2 min • Digitized on February 14, 2022

From The Spirit of St. Francis de Sales, page 174
By His friend, Jean Pierre Camus, Bishop of Belley

UPON BEARING WITH IMPORTUNITIES.

Blessed Francis laid great stress upon the necessity of patience when we are importuned. He would say:

Yet, patience seems almost too great a power to invoke in this matter. In reality a little gentleness, forbearance, and self-control ought to suffice.

Still, when we speak of patience it must not be as if it were to be employed only in the endurance of really great evils, for, while we are waiting for these notable occasions that occur rarely in a lifetime, we neglect the lesser ones.

We imagine that our patience is capable of putting up with great sufferings and affronts, and we give way to impatience under the sting or bite of an insect.

We fancy that we could help, wait upon, and relieve our neighbour in long or severe sickness, and yet we cannot bear that same reighbour’s ill-bred manner, and irritating moods, his awkwardness and incivility, and above all his importunity, especially if he comes just at the wrong moment to talk to us about matters which seem to us frivolous and unimportant.

We triumphantly excuse ourselves for our impatience on these occasions by alleging our deeps sense of the value of time; that one only thing, says an ancient writer, with regard to which avarice is laudable.

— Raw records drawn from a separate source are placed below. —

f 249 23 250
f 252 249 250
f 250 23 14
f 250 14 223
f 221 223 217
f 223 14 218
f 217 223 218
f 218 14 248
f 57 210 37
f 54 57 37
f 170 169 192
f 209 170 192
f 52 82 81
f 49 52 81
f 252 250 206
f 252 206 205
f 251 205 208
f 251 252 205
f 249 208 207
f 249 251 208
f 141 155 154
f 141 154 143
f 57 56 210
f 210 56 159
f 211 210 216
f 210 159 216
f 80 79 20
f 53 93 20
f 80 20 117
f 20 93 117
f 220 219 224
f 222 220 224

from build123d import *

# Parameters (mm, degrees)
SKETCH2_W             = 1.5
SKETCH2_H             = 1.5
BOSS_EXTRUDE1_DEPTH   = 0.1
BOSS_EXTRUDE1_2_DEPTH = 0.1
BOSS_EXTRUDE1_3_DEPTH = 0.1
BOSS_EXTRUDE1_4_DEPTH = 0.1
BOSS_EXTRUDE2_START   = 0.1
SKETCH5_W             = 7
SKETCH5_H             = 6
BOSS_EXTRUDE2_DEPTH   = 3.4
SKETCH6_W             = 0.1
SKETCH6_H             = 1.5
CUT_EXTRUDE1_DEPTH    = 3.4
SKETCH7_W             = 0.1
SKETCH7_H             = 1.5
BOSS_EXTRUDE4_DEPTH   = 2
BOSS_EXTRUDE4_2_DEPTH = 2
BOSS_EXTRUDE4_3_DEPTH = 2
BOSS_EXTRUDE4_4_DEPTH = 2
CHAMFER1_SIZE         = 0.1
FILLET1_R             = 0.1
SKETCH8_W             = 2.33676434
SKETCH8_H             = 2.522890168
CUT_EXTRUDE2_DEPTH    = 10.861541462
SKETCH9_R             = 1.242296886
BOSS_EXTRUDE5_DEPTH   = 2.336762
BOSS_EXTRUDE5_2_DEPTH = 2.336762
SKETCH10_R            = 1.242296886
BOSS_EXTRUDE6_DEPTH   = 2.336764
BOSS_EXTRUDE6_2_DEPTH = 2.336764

But we fail to see that we employ this precious time in doing many things far more vain and idle than in the satisfying the claims of our neighbour, and possibly less important than those about which he talks to us, occasioning what we call loss of time.

When we are conversing with others we should try to please them and to show that their conversation is agreeable to us, and when we are alone we should take pleasure in solitude.

Unfortunately, however, our minds are so inconsistent that we are always looking behind us, like Lot’s wife. In company we sigh for solitude, and in solitude, instead of enjoying its sweets, we hanker after the company of others.